3 plug it. If a mm2 will bolt up, a mm1 will also. I don't see why it wouldn't work, maybe im wrong.


----------



## CaptainJon

fisher says mm1 will hit the front bumper... but a mm2 wont. I have seen a truck on here with a mm1 but it was just a test not his plow just wondering if this will actually work or if i need to get a new plow.


----------



## mercer_me

Spudman has mounted a MM1 on his Tundra before. Go to http://www.plowsite.com/showthread.php?t=133037&highlight=tundra to see pictures.


----------



## CaptainJon

Ya I saw that but he didn't plow with it. Fisher says it will hit the bumper. Does anyone have real life test? I saw spudmans test fit of the 8.5 just looking for more info. Cause fisher also says we cannot put anything bigger then a 7.5 SD...


----------



## gtmustang00

Put yours on and see if it will hit. You get truckside on yet?


----------



## mercer_me

CaptainJon;1496021 said:


> Ya I saw that but he didn't plow with it. Fisher says it will hit the bumper. Does anyone have real life test? I saw spudmans test fit of the 8.5 just looking for more info. Cause fisher also says we cannot put anything bigger then a 7.5 SD...

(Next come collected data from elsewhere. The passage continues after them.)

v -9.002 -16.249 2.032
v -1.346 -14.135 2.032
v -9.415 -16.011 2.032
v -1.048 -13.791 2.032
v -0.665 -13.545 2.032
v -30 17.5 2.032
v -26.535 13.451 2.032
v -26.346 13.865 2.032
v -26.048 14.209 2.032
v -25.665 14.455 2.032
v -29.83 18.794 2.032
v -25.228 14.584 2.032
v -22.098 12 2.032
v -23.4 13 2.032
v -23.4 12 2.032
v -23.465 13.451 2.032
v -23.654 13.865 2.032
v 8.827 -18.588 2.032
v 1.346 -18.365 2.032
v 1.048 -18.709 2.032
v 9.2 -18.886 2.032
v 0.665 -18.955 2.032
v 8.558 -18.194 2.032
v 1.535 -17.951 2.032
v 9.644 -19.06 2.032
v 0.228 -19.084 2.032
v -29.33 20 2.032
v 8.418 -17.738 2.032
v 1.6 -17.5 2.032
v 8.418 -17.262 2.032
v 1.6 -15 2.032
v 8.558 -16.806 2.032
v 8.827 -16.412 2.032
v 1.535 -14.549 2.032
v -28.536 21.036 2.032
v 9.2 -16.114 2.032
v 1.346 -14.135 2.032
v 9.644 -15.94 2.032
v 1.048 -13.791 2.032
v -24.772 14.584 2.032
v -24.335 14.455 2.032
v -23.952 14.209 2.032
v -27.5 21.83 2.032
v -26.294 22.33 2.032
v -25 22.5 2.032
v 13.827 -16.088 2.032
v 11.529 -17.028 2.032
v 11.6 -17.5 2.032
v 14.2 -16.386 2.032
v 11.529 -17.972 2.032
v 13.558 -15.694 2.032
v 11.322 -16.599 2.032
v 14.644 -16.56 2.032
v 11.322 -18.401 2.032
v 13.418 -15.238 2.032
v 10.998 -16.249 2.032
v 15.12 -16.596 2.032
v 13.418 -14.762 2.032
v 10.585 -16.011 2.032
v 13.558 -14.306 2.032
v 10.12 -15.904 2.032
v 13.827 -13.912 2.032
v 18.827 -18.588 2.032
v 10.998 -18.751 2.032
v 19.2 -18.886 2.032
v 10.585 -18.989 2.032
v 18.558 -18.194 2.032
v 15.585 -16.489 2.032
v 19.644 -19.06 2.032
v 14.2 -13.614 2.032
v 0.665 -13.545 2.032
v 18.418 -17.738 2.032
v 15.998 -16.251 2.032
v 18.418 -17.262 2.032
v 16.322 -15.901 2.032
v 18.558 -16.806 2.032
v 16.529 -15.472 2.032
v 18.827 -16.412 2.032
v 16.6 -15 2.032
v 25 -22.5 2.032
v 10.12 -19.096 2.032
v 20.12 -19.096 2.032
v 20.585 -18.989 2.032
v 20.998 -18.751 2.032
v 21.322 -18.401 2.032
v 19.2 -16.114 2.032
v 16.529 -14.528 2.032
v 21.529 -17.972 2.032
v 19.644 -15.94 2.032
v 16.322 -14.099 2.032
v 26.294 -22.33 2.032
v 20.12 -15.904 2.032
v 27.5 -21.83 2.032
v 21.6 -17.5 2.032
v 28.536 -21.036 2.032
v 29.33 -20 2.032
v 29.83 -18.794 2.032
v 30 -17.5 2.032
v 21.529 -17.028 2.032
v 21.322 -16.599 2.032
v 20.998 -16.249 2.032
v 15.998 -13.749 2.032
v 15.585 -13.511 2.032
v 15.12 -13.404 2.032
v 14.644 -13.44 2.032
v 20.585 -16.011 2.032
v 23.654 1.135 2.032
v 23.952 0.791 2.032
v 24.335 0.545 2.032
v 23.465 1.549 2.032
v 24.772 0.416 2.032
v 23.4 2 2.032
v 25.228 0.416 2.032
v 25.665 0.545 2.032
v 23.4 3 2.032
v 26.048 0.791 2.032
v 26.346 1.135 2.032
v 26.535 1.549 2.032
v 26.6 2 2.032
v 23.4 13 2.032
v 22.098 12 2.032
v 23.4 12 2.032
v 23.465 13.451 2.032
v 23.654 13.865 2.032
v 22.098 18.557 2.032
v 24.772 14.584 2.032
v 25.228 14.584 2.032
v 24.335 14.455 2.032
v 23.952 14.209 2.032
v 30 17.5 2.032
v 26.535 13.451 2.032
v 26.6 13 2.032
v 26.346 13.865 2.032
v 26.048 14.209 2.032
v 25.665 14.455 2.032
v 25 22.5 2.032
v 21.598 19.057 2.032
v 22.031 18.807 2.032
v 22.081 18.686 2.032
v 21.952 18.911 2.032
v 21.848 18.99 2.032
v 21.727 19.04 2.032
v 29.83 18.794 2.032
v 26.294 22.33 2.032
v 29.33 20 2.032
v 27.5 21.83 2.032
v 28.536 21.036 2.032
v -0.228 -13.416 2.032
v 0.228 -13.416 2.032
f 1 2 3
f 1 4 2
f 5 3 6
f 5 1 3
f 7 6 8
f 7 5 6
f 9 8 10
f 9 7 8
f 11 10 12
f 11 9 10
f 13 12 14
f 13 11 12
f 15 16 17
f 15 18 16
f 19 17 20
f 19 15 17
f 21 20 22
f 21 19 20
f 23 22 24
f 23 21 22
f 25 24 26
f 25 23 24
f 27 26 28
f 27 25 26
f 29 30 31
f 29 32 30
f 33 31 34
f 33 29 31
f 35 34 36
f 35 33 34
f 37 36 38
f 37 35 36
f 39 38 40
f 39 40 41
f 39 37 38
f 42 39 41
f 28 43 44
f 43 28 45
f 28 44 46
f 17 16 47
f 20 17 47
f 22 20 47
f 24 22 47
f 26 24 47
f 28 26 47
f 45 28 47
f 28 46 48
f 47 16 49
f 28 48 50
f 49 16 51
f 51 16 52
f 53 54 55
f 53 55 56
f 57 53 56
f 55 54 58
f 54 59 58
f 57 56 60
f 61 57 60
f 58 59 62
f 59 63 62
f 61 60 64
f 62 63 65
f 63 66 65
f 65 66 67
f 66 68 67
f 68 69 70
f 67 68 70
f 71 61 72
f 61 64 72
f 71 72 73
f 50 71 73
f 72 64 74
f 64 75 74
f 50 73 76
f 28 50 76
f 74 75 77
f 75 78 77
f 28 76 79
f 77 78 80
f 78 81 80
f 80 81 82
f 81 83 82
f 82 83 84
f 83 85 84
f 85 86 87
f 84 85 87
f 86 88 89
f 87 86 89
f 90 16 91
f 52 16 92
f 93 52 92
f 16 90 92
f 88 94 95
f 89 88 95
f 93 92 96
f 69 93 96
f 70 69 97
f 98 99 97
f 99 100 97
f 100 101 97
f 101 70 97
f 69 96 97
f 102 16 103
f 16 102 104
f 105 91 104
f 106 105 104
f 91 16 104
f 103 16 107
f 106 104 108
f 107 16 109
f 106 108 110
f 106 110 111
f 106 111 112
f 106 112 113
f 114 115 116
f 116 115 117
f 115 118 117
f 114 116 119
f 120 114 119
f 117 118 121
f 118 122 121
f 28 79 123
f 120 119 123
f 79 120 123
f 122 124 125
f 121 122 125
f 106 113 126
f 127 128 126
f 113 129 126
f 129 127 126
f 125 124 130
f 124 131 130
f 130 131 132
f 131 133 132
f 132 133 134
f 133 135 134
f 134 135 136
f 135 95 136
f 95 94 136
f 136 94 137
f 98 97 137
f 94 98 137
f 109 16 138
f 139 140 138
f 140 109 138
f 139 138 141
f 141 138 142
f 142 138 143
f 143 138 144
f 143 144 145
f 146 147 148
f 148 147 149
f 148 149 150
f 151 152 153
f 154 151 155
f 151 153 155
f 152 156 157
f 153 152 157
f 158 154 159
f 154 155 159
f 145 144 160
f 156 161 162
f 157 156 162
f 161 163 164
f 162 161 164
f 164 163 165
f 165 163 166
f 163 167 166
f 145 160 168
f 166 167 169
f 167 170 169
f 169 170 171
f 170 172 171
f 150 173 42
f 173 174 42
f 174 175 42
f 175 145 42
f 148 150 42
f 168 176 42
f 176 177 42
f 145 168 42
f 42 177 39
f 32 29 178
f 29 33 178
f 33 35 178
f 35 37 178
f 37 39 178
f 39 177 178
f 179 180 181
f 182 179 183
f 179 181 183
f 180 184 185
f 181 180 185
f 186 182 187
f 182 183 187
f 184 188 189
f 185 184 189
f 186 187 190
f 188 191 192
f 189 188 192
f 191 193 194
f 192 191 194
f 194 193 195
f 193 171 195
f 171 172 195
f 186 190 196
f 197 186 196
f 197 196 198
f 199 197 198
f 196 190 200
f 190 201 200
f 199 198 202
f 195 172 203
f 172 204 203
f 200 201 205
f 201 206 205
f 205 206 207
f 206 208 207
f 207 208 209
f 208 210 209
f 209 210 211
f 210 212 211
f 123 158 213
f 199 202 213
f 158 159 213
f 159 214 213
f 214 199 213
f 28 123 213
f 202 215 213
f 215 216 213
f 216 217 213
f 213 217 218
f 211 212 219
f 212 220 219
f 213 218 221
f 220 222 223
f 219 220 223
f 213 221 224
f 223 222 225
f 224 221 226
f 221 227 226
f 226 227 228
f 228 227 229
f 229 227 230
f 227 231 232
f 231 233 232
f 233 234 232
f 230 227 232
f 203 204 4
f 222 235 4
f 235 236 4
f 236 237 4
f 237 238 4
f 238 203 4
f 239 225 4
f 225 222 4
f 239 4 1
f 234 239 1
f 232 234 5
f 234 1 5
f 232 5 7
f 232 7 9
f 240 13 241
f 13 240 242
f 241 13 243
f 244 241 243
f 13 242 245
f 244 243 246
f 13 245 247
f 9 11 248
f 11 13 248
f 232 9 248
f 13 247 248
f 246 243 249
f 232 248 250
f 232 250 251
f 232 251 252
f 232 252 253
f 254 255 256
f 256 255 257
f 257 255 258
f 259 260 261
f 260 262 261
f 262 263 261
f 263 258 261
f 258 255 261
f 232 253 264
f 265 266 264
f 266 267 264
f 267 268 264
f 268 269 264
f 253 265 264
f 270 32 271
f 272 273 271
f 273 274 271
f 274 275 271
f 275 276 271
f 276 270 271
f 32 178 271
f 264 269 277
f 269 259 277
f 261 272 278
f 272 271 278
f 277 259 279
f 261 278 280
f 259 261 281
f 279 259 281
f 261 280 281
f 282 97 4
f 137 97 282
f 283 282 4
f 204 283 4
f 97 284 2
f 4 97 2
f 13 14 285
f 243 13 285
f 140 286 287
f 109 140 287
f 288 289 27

You can put a 7.5' HD with no problems. Spudman has a 7.5' Xblade and his Tundra handles it great.


----------



## CaptainJon

I have an 8 HD that's what I am putting on if it will fit. And yes I have push plates just have to get the wiring and wire it and put the plates on. Been really busy with the club closing for the season and school and being in a wedding.


----------



## CaptainJon

It works as long as you have a grinder and some patients... pictures will come soon


----------



## jasonv

I'm not really sure what the question is, are you trying to fit an MM2 BLADE onto a Tundra with an MM1 mount?

There is nothing that can't be made to fit given patience, the right tools, and knowledge of how to use those tools.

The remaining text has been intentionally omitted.